The notehrn facade and marriage stele
the right side of the facade, with the huge feet, statue sof the dogs, and the marriage stelae of Ramesses II and Nefertari

We spent about half an hour just sitting on the benches in front of the facade staring at the temple. It is hard to comprehend the size and scope of these colossi. What is really strange is that the feet of the statues are large and crude compared to the faces and arms -- and they are completely covered in grafitti, an interesting sight in and of itself.

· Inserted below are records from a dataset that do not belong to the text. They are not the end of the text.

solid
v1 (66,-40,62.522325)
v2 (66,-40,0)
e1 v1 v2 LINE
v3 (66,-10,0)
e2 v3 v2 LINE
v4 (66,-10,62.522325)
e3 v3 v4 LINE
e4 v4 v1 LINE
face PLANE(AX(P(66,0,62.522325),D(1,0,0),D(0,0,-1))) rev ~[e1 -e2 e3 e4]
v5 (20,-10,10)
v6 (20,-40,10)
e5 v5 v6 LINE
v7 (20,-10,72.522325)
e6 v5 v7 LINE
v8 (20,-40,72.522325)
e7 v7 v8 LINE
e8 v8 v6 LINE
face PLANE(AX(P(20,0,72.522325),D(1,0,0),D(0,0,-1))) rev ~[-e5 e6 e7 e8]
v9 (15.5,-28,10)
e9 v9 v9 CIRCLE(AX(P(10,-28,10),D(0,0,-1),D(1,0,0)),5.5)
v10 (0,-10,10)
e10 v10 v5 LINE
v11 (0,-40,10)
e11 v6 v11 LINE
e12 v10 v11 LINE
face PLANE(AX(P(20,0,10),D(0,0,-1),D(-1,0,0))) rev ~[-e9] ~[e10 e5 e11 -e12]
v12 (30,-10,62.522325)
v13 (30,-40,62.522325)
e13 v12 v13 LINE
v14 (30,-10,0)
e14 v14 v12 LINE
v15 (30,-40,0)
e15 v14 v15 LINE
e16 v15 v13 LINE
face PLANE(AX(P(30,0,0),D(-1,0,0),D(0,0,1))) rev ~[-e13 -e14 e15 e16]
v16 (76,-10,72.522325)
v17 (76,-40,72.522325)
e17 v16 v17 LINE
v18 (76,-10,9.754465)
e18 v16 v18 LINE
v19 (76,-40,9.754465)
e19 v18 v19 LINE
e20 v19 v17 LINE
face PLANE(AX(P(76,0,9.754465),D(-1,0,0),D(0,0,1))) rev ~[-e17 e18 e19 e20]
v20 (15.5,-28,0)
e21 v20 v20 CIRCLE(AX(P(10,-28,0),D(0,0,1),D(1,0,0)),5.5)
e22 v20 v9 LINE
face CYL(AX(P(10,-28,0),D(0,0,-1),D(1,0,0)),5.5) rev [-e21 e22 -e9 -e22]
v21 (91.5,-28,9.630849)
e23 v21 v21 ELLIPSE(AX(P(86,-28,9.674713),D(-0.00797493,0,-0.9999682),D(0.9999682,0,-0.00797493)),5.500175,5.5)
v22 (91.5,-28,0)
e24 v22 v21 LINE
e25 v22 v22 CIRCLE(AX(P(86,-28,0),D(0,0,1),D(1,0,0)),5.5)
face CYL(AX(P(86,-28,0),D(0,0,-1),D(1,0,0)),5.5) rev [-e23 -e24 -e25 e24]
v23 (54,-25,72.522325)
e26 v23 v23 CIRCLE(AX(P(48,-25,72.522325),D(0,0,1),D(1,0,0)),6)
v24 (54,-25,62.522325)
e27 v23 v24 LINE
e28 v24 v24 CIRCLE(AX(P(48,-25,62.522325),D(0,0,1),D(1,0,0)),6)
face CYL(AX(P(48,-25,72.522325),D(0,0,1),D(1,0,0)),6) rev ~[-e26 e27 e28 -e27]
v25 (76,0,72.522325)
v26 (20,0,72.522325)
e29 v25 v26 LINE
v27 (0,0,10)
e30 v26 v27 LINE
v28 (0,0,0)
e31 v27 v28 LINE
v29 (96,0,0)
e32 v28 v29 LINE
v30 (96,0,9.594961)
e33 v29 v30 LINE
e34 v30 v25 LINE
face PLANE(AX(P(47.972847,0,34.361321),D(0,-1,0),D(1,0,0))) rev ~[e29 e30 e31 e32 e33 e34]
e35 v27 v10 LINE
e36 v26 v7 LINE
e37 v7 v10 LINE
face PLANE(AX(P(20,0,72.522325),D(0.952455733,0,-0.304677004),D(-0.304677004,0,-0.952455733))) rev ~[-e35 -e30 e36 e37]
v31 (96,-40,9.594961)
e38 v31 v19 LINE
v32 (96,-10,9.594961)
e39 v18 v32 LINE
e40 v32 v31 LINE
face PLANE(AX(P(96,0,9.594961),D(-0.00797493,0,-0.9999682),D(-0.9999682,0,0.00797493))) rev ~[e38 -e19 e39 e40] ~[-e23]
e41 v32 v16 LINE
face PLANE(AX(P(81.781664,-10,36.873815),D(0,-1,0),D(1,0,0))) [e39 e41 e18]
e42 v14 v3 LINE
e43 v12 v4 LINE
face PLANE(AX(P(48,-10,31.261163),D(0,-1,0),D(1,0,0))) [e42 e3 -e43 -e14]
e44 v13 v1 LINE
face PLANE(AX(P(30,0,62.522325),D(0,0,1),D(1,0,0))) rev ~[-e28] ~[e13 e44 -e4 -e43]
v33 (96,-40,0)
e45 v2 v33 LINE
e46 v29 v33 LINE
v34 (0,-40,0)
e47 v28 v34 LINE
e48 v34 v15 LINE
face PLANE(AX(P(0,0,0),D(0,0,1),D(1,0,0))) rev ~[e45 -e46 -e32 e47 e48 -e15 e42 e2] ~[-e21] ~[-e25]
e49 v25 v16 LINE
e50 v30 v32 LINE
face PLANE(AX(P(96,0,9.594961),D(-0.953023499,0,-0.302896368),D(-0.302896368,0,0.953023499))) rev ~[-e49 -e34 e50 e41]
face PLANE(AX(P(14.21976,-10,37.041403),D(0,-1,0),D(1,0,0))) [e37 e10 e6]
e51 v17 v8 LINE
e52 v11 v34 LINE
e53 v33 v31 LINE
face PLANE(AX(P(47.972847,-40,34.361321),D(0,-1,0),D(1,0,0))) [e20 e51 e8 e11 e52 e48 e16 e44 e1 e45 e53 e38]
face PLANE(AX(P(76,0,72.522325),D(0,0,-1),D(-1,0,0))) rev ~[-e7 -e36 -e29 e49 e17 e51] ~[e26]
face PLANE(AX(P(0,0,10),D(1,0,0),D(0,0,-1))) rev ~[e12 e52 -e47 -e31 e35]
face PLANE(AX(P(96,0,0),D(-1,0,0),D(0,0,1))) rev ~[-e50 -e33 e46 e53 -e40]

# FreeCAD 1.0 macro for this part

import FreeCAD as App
import Part
import Sketcher
from FreeCAD import Vector
Q = App.Units.Quantity

doc = App.newDocument("Part")
body = doc.addObject("PartDesign::Body", "Body")

# Sketch on XZ plane
sketch1 = body.newObject("Sketcher::SketchObject", "Sketch")
sketch1.AttachmentSupport = (doc.getObject("XZ_Plane"), [""])
sketch1.MapMode = "FlatFace"
sketch1.addGeometry(Part.LineSegment(Vector(20, 73, 0), Vector(0, 10, 0)), False)
sketch1.addGeometry(Part.LineSegment(Vector(0, 10, 0), Vector(20, 10, 0)), False)
sketch1.addGeometry(Part.LineSegment(Vector(20, 10, 0), Vector(20, 73, 0)), False)
sketch1.addConstraint(Sketcher.Constraint("Coincident", 0, 2, 1, 1))
sketch1.addConstraint(Sketcher.Constraint("Coincident", 1, 2, 2, 1))
sketch1.addConstraint(Sketcher.Constraint("Coincident", 2, 2, 0, 1))
sketch1.addConstraint(Sketcher.Constraint("Horizontal", 1))
sketch1.addConstraint(Sketcher.Constraint("Vertical", 2))
sketch1.addConstraint(Sketcher.Constraint("PointOnObject", 0, 2, -2))
sketch1.addConstraint(Sketcher.Constraint("DistanceX", 1, 1, 1, 2, Q("20 mm")))
sketch1.addConstraint(Sketcher.Constraint("DistanceY", -1, 1, 0, 2, Q("10 mm")))
sketch1.addConstraint(Sketcher.Constraint("DistanceY", 2, 1, 2, 2, Q("62.522325 mm")))
pad1 = body.newObject("PartDesign::Pad", "Pad")
pad1.Profile = sketch1
pad1.Length = 10
body2 = doc.addObject("PartDesign::Body", "Body001")

# Sketch on XZ plane
sketch2 = body2.newObject("Sketcher::SketchObject", "Sketch001")
sketch2.AttachmentSupport = (doc.getObject("XZ_Plane001"), [""])
sketch2.MapMode = "FlatFace"
sketch2.addGeometry(Part.LineSegment(Vector(30, 63, 0), Vector(30, 0, 0)), False)
sketch2.addGeometry(Part.LineSegment(Vector(30, 0, 0), Vector(66, 0, 0)), False)
sketch2.addGeometry(Part.LineSegment(Vector(66, 0, 0), Vector(66, 63, 0)), False)
sketch2.addGeometry(Part.LineSegment(Vector(66, 63, 0), Vector(30, 63, 0)), False)
sketch2.addConstraint(Sketcher.Constraint("Coincident", 0, 2, 1, 1))
sketch2.addConstraint(Sketcher.Constraint("Coincident", 1, 2, 2, 1))
sketch2.addConstraint(Sketcher.Constraint("Coincident", 2, 2, 3, 1))
sketch2.addConstraint(Sketcher.Constraint("Coincident", 3, 2, 0, 1))
sketch2.addConstraint(Sketcher.Constraint("Vertical", 0))
sketch2.addConstraint(Sketcher.Constraint("Horizontal", 1))
sketch2.addConstraint(Sketcher.Constraint("Vertical", 2))
sketch2.addConstraint(Sketcher.Constraint("Horizontal", 3))
sketch2.addConstraint(Sketcher.Constraint("PointOnObject", 0, 2, -1))
sketch2.addConstraint(Sketcher.Constraint("DistanceX", 1, 1, 1, 2, Q("36 mm")))
sketch2.addConstraint(Sketcher.Constraint("DistanceX", -1, 1, 0, 2, Q("30 mm")))
sketch2.addConstraint(Sketcher.Constraint("DistanceY", 0, 2, 0, 1, Q("62.522325 mm")))
pad2 = body2.newObject("PartDesign::Pad", "Pad001")
pad2.Profile = sketch2
pad2.Length = 10
body3 = doc.addObject("PartDesign::Body", "Body002")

Greek grafitti on the enormous feet
greek graffiti on the enormous feet

The temple is ostensibly dedicated to Re-Herakhte, Amun-Re, and Ptah (patron deities), but it is obvious that Ramesses, with his seated statues and mummiform columns inside, is clearly setting himself equal with them. Statues of Maat, Re-Herakhte, and members of Ramesses family are also shown (smaller, obviously, than the great Ramesses).

Looking up at the  outhern colossus
Looking up at the southern colossus. note the repairs on the huge leg

Once we'd stood in the courtyard in front of the facade for probably half an hour -- thankfully other-tourist-less, since we were staying the night and walked up to the temple in the late afternoon, after the last plane had left to return to Aswan. Most visitors fly into Abu Simbel in the morning, see the temple for a few hours, and then fly out in the afternoon. Few people stay in town -- the lack of hotels in town is evidence of that -- and the huge nile cruisers tend to organize trips midday in order ot keep their schedules. If you can manage to fly into Aby Simbel in the afternoon and stay the night, it is well worth the time you can spend at the temple without any other people.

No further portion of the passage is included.